What you will do: In the records below, find the line that contains "e49 v42 v41 LINE" and the line that contains "e68 v43 v54 LINE". Set down exactly those lines and every line between them, and nothing more.

Records for the exercise:
= = =

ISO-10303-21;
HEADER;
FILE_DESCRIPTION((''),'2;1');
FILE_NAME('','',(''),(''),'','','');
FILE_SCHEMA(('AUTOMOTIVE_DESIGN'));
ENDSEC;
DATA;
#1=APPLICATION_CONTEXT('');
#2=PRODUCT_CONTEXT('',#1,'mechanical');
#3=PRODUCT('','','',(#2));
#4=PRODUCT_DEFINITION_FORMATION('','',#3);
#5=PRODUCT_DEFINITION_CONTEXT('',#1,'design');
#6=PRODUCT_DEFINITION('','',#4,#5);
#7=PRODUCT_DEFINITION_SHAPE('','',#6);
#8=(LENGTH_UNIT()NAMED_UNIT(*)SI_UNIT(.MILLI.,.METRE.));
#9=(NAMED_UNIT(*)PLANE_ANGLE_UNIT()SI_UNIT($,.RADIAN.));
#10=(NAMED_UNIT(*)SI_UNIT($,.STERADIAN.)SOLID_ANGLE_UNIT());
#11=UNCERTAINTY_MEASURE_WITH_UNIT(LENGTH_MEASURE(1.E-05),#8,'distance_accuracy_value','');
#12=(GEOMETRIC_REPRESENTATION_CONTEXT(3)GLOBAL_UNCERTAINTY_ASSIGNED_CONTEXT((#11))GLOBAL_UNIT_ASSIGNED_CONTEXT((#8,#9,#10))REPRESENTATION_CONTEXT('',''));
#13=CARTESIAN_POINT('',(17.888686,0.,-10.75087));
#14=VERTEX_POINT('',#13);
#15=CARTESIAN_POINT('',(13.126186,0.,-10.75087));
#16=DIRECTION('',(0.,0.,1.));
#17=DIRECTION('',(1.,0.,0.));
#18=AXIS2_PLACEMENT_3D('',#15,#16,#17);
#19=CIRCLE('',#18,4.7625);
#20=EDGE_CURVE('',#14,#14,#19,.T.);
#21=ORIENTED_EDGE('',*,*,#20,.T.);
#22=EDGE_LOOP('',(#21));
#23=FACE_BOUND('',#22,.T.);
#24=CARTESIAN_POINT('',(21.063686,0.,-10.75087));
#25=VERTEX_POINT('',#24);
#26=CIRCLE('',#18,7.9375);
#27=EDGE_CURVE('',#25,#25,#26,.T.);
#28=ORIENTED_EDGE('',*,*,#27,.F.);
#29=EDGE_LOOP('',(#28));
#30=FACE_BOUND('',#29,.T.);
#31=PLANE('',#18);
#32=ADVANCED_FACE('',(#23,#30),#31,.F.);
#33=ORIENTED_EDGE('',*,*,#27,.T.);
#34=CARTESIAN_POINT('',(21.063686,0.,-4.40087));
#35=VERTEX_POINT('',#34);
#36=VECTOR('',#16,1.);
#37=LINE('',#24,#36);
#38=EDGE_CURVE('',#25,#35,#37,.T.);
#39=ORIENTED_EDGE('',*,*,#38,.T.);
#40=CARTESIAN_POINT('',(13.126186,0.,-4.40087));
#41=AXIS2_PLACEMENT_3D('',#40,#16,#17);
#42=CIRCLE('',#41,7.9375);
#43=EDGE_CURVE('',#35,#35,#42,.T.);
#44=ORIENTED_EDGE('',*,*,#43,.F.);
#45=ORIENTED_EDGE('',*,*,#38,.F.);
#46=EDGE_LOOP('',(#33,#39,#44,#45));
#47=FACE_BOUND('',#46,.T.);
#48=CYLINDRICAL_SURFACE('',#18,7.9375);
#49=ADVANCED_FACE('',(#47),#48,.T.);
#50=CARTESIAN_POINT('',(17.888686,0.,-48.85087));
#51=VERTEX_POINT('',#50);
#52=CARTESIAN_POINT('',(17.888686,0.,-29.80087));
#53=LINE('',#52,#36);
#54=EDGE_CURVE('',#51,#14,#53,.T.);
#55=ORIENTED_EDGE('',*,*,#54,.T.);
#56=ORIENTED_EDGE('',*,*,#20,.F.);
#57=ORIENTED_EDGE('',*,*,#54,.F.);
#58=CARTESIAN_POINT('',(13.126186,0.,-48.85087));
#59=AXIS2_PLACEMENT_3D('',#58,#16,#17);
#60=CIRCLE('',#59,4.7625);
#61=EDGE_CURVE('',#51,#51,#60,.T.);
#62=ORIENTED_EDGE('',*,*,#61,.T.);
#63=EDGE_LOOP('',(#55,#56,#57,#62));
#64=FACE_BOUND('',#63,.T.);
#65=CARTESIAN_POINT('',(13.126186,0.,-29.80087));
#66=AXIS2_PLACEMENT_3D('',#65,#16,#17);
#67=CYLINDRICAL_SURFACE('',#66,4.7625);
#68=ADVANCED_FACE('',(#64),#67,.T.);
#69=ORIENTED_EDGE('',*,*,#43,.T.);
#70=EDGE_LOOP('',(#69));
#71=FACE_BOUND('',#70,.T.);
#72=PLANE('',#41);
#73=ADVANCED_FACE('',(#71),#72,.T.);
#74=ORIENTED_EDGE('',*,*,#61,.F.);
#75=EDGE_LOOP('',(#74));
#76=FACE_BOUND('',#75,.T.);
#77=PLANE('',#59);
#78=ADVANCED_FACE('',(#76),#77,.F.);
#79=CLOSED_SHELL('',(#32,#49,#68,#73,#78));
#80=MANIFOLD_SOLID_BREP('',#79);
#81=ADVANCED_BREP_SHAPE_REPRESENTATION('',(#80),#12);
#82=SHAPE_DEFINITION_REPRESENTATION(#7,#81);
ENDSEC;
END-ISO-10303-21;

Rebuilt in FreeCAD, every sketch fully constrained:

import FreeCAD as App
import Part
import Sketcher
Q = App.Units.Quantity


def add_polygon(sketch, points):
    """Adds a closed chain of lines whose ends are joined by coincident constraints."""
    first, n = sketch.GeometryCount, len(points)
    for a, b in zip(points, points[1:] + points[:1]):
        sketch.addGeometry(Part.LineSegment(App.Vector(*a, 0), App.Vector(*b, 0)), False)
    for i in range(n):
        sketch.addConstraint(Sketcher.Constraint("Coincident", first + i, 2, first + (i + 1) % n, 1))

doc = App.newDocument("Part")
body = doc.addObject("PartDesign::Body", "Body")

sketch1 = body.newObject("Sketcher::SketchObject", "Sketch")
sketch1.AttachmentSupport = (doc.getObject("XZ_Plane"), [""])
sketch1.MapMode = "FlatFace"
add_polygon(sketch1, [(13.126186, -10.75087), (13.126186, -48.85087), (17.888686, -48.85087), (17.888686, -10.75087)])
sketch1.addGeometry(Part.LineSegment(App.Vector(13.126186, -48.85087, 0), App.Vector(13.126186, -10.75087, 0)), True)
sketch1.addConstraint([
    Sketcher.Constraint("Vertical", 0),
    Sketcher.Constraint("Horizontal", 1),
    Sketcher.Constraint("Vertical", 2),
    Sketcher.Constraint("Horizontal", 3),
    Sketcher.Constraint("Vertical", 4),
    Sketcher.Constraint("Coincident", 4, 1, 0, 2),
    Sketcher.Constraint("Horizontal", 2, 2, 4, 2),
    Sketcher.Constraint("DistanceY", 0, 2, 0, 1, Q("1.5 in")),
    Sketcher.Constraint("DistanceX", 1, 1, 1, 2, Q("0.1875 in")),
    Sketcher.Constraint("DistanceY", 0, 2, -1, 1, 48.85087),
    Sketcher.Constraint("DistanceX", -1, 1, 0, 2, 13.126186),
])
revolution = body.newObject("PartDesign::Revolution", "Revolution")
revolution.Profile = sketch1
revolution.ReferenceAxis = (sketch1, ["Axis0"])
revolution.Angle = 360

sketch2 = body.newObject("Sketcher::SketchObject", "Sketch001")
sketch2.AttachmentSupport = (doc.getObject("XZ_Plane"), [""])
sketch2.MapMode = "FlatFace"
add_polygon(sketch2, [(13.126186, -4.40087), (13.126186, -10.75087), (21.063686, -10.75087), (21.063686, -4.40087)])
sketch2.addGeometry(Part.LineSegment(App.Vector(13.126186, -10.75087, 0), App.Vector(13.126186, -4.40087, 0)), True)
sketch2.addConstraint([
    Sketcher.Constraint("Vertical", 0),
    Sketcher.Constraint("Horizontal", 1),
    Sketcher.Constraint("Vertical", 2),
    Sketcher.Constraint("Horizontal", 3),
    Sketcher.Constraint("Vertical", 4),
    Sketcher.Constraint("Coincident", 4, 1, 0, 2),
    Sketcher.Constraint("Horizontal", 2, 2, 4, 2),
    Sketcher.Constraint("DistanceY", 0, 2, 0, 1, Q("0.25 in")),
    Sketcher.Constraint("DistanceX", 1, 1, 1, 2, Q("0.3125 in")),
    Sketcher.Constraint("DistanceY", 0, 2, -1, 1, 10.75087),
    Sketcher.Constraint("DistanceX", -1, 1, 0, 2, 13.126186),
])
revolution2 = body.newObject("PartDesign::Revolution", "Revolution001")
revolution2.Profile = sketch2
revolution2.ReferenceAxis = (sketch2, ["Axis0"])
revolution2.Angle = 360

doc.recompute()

= = =

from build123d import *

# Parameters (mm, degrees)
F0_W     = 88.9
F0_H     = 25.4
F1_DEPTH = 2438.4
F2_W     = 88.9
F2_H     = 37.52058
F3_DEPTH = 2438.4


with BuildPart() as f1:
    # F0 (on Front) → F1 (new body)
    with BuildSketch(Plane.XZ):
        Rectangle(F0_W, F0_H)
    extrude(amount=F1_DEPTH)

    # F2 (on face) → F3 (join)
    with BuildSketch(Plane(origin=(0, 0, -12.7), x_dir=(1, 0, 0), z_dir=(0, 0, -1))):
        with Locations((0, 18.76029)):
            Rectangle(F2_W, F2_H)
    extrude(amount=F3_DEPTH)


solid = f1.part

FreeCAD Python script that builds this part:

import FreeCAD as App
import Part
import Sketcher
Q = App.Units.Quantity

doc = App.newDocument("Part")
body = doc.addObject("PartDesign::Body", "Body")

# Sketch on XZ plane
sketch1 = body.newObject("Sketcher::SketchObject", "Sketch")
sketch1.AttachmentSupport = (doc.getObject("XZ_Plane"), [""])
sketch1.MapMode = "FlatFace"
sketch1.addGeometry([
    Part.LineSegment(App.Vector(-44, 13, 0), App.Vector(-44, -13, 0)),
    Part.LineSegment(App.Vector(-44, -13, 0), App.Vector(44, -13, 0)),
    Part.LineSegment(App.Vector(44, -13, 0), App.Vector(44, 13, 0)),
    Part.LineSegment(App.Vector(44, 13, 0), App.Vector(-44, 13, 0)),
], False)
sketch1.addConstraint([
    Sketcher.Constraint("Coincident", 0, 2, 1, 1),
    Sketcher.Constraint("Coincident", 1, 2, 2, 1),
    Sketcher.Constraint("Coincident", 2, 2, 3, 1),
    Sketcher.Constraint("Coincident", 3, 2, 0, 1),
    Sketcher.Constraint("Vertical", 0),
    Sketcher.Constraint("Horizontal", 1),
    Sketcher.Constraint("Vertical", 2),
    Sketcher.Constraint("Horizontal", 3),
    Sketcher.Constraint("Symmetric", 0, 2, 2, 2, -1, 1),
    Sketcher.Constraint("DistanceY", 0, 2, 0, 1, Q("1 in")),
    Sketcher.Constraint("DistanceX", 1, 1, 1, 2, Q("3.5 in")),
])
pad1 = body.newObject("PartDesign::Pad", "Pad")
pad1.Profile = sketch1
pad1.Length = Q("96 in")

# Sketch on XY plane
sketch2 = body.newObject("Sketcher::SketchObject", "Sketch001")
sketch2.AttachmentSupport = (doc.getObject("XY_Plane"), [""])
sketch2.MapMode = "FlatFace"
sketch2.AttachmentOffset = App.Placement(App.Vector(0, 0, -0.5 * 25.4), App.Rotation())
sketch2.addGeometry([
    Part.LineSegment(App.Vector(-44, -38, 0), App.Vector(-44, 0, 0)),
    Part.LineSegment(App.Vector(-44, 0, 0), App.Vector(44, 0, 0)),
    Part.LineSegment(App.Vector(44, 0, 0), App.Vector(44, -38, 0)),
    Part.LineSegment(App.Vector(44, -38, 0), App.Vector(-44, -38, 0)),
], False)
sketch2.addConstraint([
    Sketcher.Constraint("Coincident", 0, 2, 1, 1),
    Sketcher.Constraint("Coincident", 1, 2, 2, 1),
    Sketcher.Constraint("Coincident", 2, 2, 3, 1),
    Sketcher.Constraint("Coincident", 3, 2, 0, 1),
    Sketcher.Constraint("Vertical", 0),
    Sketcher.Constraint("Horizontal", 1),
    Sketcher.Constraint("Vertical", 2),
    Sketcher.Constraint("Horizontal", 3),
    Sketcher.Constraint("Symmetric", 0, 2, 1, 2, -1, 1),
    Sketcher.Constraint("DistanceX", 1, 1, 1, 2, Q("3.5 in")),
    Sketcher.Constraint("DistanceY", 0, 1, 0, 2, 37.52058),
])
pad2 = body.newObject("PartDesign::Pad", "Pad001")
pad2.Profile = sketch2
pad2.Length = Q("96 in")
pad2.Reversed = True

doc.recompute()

= = =

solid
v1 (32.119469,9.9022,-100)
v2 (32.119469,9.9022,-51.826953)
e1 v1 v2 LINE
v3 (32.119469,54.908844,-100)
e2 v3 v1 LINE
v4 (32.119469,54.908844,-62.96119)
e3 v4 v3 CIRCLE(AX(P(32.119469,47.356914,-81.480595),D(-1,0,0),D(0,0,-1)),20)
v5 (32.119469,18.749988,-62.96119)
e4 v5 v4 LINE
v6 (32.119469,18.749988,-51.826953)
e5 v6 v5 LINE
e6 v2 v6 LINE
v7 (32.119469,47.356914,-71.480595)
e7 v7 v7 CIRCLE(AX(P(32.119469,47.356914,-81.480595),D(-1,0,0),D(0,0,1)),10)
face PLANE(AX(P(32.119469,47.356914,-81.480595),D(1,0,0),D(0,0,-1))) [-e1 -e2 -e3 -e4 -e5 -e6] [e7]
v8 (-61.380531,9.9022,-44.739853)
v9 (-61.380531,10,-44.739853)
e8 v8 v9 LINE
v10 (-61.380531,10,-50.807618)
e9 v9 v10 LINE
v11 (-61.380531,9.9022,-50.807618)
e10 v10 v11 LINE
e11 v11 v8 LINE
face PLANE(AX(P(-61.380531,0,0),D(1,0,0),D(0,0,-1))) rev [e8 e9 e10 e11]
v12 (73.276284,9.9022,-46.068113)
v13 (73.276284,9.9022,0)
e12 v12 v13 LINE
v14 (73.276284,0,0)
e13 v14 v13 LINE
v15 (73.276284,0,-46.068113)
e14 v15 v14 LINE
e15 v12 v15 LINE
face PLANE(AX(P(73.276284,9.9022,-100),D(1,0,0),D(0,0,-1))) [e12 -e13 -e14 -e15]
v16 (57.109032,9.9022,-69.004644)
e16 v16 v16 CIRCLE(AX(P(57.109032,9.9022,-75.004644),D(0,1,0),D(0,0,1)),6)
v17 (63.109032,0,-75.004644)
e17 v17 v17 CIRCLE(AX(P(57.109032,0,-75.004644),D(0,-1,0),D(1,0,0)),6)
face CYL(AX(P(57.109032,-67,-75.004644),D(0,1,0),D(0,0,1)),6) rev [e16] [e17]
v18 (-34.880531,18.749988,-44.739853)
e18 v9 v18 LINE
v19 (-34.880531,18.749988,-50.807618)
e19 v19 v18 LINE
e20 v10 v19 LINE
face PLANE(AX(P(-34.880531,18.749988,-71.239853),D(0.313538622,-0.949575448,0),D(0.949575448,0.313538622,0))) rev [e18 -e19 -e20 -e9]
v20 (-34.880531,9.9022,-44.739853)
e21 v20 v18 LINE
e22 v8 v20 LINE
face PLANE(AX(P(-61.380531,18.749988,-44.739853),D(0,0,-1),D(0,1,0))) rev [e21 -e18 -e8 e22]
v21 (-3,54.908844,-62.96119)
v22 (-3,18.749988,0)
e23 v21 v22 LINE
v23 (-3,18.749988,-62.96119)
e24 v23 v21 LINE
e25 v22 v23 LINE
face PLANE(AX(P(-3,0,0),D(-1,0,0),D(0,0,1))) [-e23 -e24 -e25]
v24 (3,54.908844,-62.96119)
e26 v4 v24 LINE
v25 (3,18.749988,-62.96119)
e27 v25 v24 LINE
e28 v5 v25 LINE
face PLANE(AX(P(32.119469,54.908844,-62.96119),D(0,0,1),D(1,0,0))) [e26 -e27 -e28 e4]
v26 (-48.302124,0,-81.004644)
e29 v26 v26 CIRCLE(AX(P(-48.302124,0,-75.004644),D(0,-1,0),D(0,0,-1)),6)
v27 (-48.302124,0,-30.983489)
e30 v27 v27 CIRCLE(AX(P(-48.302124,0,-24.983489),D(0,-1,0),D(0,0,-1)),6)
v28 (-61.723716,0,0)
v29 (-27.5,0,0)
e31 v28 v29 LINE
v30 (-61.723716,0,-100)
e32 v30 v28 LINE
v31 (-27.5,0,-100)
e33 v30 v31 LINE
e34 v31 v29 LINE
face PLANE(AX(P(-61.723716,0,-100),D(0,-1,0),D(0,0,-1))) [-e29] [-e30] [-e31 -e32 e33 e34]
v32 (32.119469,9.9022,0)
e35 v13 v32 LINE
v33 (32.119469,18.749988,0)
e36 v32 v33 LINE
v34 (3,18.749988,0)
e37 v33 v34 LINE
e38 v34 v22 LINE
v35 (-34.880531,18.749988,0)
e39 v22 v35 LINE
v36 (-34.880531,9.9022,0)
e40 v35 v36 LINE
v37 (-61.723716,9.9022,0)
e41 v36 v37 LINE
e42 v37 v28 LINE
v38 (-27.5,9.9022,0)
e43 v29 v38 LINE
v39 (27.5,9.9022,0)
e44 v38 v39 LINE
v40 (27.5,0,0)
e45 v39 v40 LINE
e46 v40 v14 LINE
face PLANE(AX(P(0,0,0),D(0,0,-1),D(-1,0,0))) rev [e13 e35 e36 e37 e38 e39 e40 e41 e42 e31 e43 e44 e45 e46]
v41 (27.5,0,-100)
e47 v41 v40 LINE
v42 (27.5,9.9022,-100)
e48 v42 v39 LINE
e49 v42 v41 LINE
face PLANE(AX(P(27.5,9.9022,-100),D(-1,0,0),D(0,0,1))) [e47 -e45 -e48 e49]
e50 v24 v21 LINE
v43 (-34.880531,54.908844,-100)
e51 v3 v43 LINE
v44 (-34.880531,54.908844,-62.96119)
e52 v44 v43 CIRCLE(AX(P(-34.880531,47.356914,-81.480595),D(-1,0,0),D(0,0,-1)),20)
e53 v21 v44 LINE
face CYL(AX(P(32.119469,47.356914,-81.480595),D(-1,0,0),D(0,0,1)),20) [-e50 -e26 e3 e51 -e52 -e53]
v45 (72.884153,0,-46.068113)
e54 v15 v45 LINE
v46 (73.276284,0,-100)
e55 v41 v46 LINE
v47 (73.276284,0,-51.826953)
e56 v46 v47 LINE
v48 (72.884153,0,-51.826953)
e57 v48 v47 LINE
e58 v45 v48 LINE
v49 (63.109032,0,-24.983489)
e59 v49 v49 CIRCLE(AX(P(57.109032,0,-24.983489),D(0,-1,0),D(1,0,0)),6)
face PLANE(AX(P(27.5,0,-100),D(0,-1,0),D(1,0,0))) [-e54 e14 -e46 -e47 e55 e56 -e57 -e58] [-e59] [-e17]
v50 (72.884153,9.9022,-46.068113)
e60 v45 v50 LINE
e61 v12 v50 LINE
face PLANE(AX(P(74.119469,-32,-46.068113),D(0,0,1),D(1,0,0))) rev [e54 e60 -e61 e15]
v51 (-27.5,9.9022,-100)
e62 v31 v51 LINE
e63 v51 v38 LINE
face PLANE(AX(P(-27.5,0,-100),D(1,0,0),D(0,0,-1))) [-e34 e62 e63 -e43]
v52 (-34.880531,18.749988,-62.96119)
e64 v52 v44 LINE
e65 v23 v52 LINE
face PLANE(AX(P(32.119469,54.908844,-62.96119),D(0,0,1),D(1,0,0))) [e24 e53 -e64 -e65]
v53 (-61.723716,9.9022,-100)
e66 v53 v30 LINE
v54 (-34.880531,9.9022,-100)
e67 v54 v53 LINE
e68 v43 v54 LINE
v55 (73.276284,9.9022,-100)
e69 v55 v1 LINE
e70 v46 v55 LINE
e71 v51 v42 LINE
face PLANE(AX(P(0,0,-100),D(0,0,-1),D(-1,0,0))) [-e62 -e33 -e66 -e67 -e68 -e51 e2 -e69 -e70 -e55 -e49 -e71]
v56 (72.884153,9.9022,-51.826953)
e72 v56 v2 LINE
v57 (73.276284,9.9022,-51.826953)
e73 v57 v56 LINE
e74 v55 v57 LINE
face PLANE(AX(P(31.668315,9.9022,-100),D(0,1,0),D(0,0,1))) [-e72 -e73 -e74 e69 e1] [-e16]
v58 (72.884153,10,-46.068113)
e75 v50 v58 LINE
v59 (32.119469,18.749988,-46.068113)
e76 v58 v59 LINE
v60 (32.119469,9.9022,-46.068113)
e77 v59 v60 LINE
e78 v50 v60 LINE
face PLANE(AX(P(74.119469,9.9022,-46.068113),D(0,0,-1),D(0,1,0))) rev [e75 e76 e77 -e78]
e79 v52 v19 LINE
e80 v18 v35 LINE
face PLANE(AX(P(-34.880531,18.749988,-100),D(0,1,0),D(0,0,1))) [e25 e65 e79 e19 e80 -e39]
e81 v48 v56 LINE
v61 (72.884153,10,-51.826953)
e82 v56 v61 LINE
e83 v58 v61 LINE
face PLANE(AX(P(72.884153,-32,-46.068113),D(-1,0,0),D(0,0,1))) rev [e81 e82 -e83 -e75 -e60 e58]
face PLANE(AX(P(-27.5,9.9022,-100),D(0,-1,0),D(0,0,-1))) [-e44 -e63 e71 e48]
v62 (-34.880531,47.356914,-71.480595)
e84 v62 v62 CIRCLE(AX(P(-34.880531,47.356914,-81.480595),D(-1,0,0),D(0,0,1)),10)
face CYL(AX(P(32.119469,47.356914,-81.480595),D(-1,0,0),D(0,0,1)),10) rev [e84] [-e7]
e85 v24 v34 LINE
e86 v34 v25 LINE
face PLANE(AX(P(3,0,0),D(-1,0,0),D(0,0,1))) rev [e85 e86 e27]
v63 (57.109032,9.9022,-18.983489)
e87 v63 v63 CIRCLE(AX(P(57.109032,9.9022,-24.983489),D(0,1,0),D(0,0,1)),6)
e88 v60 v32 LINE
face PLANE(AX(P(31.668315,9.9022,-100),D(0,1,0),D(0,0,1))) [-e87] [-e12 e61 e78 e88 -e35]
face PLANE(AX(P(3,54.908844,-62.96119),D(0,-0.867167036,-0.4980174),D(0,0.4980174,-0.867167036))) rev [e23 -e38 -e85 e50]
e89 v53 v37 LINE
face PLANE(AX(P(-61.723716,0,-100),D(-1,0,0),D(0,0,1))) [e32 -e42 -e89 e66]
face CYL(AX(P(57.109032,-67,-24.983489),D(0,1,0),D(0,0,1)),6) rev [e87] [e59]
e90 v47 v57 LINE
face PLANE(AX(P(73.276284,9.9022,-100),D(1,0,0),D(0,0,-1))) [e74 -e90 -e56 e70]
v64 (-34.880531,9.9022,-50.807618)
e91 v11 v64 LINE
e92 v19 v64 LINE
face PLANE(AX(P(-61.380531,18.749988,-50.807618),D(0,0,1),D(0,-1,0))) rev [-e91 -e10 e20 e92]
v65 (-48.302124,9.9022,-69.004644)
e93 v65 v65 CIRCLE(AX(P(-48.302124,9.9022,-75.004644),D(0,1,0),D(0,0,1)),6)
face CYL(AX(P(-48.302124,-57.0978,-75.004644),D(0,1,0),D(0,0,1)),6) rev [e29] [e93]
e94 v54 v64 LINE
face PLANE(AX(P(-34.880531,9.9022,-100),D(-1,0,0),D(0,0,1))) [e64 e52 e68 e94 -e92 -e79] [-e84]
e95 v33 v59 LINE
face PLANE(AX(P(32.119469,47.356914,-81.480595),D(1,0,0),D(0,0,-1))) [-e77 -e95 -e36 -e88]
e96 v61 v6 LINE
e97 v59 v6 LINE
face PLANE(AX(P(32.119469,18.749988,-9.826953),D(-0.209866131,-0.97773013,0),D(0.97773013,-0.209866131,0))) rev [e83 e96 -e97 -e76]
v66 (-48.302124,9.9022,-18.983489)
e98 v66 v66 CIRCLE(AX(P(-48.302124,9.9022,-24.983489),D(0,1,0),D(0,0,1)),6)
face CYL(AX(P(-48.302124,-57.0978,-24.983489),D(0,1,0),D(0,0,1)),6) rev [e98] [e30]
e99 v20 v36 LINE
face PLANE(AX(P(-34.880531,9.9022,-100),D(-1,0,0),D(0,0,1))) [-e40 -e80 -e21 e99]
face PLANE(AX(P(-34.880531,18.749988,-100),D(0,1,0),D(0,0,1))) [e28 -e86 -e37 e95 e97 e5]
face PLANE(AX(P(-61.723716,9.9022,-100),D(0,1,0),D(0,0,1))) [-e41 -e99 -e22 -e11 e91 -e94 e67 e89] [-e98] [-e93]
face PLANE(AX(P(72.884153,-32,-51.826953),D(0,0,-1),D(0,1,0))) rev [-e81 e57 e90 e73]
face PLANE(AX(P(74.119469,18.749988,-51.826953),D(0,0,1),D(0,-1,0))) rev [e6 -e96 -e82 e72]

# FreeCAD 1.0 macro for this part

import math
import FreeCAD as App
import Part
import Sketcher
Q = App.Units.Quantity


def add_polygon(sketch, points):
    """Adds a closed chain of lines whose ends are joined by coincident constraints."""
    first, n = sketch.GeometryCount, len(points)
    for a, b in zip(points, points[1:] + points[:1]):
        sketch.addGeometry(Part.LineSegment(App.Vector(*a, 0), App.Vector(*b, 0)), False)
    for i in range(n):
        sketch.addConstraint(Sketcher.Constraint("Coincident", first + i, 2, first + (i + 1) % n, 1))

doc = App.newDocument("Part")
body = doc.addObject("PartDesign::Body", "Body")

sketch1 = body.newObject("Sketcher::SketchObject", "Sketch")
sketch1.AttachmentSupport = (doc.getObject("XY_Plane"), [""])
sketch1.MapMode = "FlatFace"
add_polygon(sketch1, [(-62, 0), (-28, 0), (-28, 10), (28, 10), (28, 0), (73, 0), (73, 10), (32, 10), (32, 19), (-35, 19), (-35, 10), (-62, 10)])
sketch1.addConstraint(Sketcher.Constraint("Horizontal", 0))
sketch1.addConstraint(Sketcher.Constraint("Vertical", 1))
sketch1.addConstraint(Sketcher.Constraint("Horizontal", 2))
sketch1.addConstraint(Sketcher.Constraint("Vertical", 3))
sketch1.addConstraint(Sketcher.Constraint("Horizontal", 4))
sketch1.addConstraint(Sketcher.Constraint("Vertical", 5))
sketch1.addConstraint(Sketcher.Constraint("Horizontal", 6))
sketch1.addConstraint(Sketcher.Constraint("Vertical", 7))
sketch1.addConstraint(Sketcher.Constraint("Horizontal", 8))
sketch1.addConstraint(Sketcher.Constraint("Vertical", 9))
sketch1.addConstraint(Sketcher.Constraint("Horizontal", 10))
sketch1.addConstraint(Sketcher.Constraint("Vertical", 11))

= = =

Answer area:
e49 v42 v41 LINE
face PLANE(AX(P(27.5,9.9022,-100),D(-1,0,0),D(0,0,1))) [e47 -e45 -e48 e49]
e50 v24 v21 LINE
v43 (-34.880531,54.908844,-100)
e51 v3 v43 LINE
v44 (-34.880531,54.908844,-62.96119)
e52 v44 v43 CIRCLE(AX(P(-34.880531,47.356914,-81.480595),D(-1,0,0),D(0,0,-1)),20)
e53 v21 v44 LINE
face CYL(AX(P(32.119469,47.356914,-81.480595),D(-1,0,0),D(0,0,1)),20) [-e50 -e26 e3 e51 -e52 -e53]
v45 (72.884153,0,-46.068113)
e54 v15 v45 LINE
v46 (73.276284,0,-100)
e55 v41 v46 LINE
v47 (73.276284,0,-51.826953)
e56 v46 v47 LINE
v48 (72.884153,0,-51.826953)
e57 v48 v47 LINE
e58 v45 v48 LINE
v49 (63.109032,0,-24.983489)
e59 v49 v49 CIRCLE(AX(P(57.109032,0,-24.983489),D(0,-1,0),D(1,0,0)),6)
face PLANE(AX(P(27.5,0,-100),D(0,-1,0),D(1,0,0))) [-e54 e14 -e46 -e47 e55 e56 -e57 -e58] [-e59] [-e17]
v50 (72.884153,9.9022,-46.068113)
e60 v45 v50 LINE
e61 v12 v50 LINE
face PLANE(AX(P(74.119469,-32,-46.068113),D(0,0,1),D(1,0,0))) rev [e54 e60 -e61 e15]
v51 (-27.5,9.9022,-100)
e62 v31 v51 LINE
e63 v51 v38 LINE
face PLANE(AX(P(-27.5,0,-100),D(1,0,0),D(0,0,-1))) [-e34 e62 e63 -e43]
v52 (-34.880531,18.749988,-62.96119)
e64 v52 v44 LINE
e65 v23 v52 LINE
face PLANE(AX(P(32.119469,54.908844,-62.96119),D(0,0,1),D(1,0,0))) [e24 e53 -e64 -e65]
v53 (-61.723716,9.9022,-100)
e66 v53 v30 LINE
v54 (-34.880531,9.9022,-100)
e67 v54 v53 LINE
e68 v43 v54 LINE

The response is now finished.